Como o senhor acha que seguirão as negociações com as Farc para a liberação dos reféns?

O que mostrava o computador (de Raúl Reyes) é que as Farc estavam caminhando para a liberação de reféns em troca do status de força beligerante. Eu acredito que, ao revelarem sua estratégia, estão debilitados. É muito difícil, hoje, que países como Venezuela e Nicarágua, que estavam a ponto de dar esse status, agora o façam. É possível que consigam um acordo para sair da lista de organizações terroristas da Europa, o que geraria a liberação de alguns seqüestrados, entre eles Ingrid (Betancourt). Porém, as Farc vêm de um mundo rural de 60 anos de guerra, profundamente ignorante em relação ao panorama internacional, ainda que recentemente o venham captando, e são profundamente sectárias. Hoje, são uma combinação desse sectarismo com o narcotráfico, o que pode levá-los neste momento a não abrandar posições e manter os seqüestrados. O que estava em caminho, eu vejo danificado. Na minha opinião, em relação ao conflito, são três caminhos os que se deve tomar: ofensiva militar, reformas democráticas, fundamentalmente da distribuição da terra, e a negociação de uma saída política. Combinando as três, temos uma política de paz, e eu diria que bem-sucedida. O governo Uribe só fala da primeira, por isso vai fracassar.

Com os temas do acordo humanitário e da crise diplomática, pouco tem se falado sobre "parapolítica" neste momento. Como o senhor vê atualmente o problema dos paramilitares na Colômbia?

Não falar é um dos efeitos dessa crise. Chávez ajudou a derrotar as principais bandeiras que a esquerda colombiana levantou. A derrota do TLC (Tratado de Livre Comércio) entre Colômbia e Estados Unidos era um dos grandes avanços da esquerda colombiana, que considera essa uma política errada para o país. Eu mesmo afirmei que o TLC ajudaria a reprodução do narcotráfico na Colômbia, na medida em que sustentava a propriedade concentrada de terras. Hoje, a probabilidade de que se aprove o tratado aumentou, graças a uma desacertada situação internacional. E o outro tema em que havíamos avançado enormemente e que havia provocado uma queda do favoritismo do Uribe é o tema do paramilitarismo e sua relação com o Estado. Tema que nós mesmos denunciamos e com o qual conseguimos mandar para a prisão dezenas de altos dirigentes aliados ao governo e cúmplices do paramilitarismo. Esse assunto, que deveria ser estudado com tanto cuidado pela sociedade colombiana, passou ao segundo plano por causa da crise. E trouxe como conseqüência um fortalecimento de Uribe. Enquanto isso, o país está mais que paramilitarizado.

Uribe ainda não declarou formalmente seu interesse em uma segunda reeleição, mas esse processo parece estar em andamento. Qual é sua opinião a respeito?

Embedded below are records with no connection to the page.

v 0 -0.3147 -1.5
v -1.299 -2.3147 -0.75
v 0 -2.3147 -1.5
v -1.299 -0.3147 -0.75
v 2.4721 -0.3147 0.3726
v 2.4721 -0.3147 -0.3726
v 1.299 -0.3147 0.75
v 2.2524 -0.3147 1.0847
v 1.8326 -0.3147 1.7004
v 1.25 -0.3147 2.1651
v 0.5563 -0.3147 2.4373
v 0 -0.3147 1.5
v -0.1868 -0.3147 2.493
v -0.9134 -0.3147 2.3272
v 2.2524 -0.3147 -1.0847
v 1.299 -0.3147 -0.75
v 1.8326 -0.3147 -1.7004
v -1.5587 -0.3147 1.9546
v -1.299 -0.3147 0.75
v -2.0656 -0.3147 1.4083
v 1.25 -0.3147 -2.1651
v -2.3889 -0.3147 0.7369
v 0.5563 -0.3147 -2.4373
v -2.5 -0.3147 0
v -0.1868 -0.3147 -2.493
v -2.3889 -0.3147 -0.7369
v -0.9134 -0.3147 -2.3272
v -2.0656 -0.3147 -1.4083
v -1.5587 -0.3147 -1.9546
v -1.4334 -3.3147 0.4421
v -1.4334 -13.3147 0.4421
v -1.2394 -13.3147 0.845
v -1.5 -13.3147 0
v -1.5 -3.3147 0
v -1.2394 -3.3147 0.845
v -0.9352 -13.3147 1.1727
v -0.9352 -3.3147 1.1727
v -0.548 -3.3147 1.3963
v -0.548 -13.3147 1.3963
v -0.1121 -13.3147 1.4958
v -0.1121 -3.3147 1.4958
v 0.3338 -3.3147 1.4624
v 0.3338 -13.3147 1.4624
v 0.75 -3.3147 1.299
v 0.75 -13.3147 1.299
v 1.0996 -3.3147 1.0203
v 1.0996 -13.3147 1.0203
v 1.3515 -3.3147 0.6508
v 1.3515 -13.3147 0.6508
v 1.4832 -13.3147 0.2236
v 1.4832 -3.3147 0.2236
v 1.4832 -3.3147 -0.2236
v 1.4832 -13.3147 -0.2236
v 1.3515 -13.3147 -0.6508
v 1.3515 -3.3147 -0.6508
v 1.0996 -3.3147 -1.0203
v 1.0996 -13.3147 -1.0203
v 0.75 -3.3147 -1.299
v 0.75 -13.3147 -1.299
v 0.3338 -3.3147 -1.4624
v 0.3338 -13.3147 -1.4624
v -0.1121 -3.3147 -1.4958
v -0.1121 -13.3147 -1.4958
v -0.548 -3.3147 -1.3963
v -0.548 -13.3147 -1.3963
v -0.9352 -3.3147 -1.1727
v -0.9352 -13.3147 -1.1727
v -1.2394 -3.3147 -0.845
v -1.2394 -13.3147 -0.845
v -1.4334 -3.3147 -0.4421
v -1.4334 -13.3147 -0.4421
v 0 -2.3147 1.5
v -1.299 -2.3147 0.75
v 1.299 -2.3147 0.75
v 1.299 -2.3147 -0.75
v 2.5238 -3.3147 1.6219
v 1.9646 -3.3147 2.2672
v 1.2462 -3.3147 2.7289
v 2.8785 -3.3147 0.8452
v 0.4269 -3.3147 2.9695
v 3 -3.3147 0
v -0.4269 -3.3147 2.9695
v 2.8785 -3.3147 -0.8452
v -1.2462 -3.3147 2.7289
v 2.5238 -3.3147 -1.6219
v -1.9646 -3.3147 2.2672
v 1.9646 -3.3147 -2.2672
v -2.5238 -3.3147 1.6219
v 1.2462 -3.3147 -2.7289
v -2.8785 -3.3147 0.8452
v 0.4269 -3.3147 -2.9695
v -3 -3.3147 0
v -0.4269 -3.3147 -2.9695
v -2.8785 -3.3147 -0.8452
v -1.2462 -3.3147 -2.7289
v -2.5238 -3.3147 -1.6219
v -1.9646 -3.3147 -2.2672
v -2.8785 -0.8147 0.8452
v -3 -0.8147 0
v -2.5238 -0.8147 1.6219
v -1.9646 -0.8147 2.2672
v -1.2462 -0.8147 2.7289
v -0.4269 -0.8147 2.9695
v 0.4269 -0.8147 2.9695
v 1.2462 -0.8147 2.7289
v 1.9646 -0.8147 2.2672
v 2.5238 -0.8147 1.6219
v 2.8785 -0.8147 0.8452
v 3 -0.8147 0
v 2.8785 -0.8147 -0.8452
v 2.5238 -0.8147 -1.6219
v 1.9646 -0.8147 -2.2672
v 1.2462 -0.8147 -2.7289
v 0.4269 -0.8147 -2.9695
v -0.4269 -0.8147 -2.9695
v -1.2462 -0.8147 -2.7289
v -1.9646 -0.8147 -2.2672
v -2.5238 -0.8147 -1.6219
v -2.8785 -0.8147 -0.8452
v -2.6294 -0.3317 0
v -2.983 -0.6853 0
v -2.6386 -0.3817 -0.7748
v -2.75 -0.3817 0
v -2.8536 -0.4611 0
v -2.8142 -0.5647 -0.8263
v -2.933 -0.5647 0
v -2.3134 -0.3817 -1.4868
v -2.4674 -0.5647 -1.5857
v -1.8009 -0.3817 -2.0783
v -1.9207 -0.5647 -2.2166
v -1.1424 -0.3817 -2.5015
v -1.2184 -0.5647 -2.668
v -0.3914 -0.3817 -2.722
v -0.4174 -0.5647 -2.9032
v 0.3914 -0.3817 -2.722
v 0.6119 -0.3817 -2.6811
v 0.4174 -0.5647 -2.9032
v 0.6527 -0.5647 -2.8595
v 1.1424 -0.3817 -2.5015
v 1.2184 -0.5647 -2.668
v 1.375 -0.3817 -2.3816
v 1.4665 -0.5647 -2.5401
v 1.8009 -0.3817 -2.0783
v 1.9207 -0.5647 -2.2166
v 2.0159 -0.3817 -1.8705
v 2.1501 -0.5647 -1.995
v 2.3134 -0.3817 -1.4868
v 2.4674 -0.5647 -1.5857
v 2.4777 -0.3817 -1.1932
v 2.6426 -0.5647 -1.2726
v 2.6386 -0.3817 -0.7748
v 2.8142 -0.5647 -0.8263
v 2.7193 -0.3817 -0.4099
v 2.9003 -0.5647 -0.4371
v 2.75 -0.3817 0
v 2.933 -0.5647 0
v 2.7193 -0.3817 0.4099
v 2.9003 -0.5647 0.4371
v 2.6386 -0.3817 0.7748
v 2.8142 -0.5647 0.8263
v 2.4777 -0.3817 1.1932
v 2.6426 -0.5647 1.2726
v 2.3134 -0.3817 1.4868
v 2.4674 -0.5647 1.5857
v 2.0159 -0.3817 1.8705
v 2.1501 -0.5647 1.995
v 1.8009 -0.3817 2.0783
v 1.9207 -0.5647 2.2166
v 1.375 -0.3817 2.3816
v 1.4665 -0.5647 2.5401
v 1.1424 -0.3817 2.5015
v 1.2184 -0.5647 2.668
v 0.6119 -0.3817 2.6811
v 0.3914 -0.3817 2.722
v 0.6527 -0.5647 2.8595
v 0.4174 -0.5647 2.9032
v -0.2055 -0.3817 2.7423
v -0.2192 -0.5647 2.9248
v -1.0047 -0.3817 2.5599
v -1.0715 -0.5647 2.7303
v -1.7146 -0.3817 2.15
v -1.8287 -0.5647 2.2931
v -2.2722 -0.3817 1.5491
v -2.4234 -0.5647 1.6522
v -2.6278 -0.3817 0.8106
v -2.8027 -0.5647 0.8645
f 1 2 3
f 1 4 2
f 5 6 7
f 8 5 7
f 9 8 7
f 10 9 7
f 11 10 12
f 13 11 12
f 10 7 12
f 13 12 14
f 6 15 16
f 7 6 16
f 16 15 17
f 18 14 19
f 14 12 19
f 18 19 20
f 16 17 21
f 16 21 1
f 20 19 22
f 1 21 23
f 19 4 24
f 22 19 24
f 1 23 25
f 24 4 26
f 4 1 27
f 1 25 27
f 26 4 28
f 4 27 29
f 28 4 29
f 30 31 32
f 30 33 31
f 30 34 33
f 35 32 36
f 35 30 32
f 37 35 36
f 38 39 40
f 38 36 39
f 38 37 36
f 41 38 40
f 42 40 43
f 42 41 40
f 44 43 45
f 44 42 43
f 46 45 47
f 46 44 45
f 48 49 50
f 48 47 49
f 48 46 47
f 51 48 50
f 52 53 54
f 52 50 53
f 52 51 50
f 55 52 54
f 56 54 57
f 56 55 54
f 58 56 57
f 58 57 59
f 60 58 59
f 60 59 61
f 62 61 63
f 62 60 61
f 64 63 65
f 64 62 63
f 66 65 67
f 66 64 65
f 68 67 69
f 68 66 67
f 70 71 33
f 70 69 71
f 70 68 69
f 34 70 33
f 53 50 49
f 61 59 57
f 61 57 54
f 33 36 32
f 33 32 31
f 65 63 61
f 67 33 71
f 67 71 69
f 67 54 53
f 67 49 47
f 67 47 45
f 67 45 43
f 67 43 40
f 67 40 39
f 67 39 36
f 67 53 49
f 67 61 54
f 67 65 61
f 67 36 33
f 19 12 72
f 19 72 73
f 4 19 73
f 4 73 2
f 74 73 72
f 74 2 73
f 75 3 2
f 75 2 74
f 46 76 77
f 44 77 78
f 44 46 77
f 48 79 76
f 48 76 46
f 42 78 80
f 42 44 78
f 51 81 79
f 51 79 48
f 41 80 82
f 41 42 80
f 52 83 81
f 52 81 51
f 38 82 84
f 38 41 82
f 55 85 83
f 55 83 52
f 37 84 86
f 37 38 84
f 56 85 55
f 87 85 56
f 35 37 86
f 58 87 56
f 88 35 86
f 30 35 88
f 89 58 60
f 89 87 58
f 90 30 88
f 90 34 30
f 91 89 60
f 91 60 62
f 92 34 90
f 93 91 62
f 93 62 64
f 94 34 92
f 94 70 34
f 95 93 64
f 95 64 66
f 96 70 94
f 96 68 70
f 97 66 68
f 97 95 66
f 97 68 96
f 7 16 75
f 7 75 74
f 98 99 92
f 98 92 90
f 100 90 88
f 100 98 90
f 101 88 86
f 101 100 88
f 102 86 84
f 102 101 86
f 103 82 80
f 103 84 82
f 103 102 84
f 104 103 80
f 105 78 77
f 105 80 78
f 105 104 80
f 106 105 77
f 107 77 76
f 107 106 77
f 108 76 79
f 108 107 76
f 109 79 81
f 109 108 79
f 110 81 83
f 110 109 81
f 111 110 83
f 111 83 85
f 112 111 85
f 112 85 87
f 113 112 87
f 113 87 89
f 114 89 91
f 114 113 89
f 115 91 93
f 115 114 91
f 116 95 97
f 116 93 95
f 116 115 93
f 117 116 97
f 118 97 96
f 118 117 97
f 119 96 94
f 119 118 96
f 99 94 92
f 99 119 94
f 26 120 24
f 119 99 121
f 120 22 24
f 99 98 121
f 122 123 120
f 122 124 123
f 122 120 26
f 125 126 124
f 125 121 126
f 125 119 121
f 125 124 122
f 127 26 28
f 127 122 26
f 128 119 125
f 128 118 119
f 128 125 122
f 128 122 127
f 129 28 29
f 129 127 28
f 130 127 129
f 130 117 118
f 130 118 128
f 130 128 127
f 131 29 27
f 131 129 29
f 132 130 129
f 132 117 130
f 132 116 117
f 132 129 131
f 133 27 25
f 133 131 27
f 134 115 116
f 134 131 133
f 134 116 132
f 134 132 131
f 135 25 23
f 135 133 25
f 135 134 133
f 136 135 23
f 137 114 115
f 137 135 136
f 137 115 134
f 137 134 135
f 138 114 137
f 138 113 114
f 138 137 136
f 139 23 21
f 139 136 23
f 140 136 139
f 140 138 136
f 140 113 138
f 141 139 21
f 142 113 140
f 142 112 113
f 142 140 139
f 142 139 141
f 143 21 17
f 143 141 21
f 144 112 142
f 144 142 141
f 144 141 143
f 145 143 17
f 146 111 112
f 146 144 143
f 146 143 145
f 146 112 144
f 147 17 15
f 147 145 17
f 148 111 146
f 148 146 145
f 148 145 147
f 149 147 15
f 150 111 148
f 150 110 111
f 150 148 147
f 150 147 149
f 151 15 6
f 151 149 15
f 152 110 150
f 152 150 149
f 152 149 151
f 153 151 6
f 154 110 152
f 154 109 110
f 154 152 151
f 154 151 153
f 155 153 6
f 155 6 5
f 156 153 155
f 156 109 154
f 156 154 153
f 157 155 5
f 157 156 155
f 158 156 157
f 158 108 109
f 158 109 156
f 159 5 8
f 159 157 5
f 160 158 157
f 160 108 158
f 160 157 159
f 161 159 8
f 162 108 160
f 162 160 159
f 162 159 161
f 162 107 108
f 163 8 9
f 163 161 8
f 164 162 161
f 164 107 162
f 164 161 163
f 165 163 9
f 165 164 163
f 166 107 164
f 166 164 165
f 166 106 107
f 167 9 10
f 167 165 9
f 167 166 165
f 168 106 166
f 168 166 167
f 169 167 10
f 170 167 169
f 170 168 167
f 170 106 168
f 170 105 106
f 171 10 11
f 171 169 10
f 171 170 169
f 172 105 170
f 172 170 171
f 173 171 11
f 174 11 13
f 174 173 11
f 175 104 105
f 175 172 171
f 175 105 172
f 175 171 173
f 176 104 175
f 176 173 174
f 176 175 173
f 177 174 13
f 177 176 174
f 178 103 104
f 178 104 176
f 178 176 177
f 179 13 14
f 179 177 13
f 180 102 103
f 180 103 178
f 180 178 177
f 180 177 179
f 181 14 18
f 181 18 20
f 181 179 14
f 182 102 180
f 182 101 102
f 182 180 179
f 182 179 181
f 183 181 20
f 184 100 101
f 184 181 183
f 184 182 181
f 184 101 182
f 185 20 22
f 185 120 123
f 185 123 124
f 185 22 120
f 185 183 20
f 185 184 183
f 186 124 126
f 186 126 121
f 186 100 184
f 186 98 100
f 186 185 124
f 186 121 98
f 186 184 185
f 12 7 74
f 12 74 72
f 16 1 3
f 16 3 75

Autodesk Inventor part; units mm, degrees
ref_plane "YZ Plane" through (0, 0, 0) normal (1, 0, 0) x (0, 1, 0)
ref_plane "XZ Plane" through (0, 0, 0) normal (0, 1, 0) x (-1, 0, 0)
ref_plane "XY Plane" through (0, 0, 0) normal (0, 0, 1) x (1, 0, 0)
sketch "スケッチ1" plane through (0, 0, 0) normal (0, 0, 1) x (1, 0, 0)
  line L0 (-3, -0.3147) -> (0, -0.3147)
  line L1 (0, -0.3147) -> (0, -3.3147)
  line L2 (0, -3.3147) -> (-3, -3.3147)
  line L3 (-3, -3.3147) -> (-3, -0.3147)
  line L4 (-1.5, -3.3147) -> (0, -3.3147)
  line L5 (0, -3.3147) -> (0, -13.3147)
  line L6 (0, -13.3147) -> (-1.5, -13.3147)
  line L7 (-1.5, -13.3147) -> (-1.5, -3.3147)
  point P0 (0, 0)
  dimension "d0" = 1.5
  dimension "d1" = 0
  dimension "d2" = 10
  dimension "d3" = 0
  dimension "d4" = 3
revolve "回転1" add sketch "スケッチ1" angle 360 about axis through (0, -3.3147, 0) along (0, -1, 0)
thread "ねじ1" size "M3x0.5" class "6g" standard "ANSI Metric M Profile" full length
sketch "スケッチ2" plane through (0, -0.3147, 0) normal (0, 1, 0) x (1, 0, 0)
  circle A0 centre (0, 0) radius 3 projected
  line L0 (0, 1.5) -> (1.299, 0.75)
  line L1 (1.299, 0.75) -> (1.299, -0.75)
  line L2 (1.299, -0.75) -> (0, -1.5)
  line L3 (0, -1.5) -> (-1.299, -0.75)
  line L4 (-1.299, -0.75) -> (-1.299, 0.75)
  line L5 (-1.299, 0.75) -> (0, 1.5)
  dimension "d8" = 1.5
extrude "押し出し1" cut sketch "スケッチ2" against normal blind 2 contours L0 L1 L2 L3 L4 L5
fillet "フィレット1" radius 0.5 1 edges at (3, -0.3147, 0)
properties part number "M3_10" material "アルミニウム 6061"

A reeleição é um problema de discussão interna de cada país. Nos países onde se permite, sempre existe um sistema de equilíbrios em meios de comunicação e em outros poderes públicos, que permite manter um equilíbrio democrático, apesar da reeleição. O problema na Colômbia é que isso não existe; não está dentro do projeto de reeleição um fortalecimento de outras instituições democráticas. A única coisa que escaparia ao poder do presidente é a Corte Suprema, que é precisamente a que está capturando seus aliados políticos mais importantes, por terem vínculos com o narcotráfico e o paramilitarismo. Por esse panorama, eu diria que o que se está construindo na Colômbia é uma ditadura.

Neste sentido, há algo que aproxima Uribe e Chávez.

Existem mais equilíbrios na Venezuela do que na Colômbia. A maior parte dos meios de comunicação que vêem ou escutam os venezuelanos é de oposição, e eles estão aí. Na Colômbia, você não verá nem escutará meios de comunicação que sejam oposição.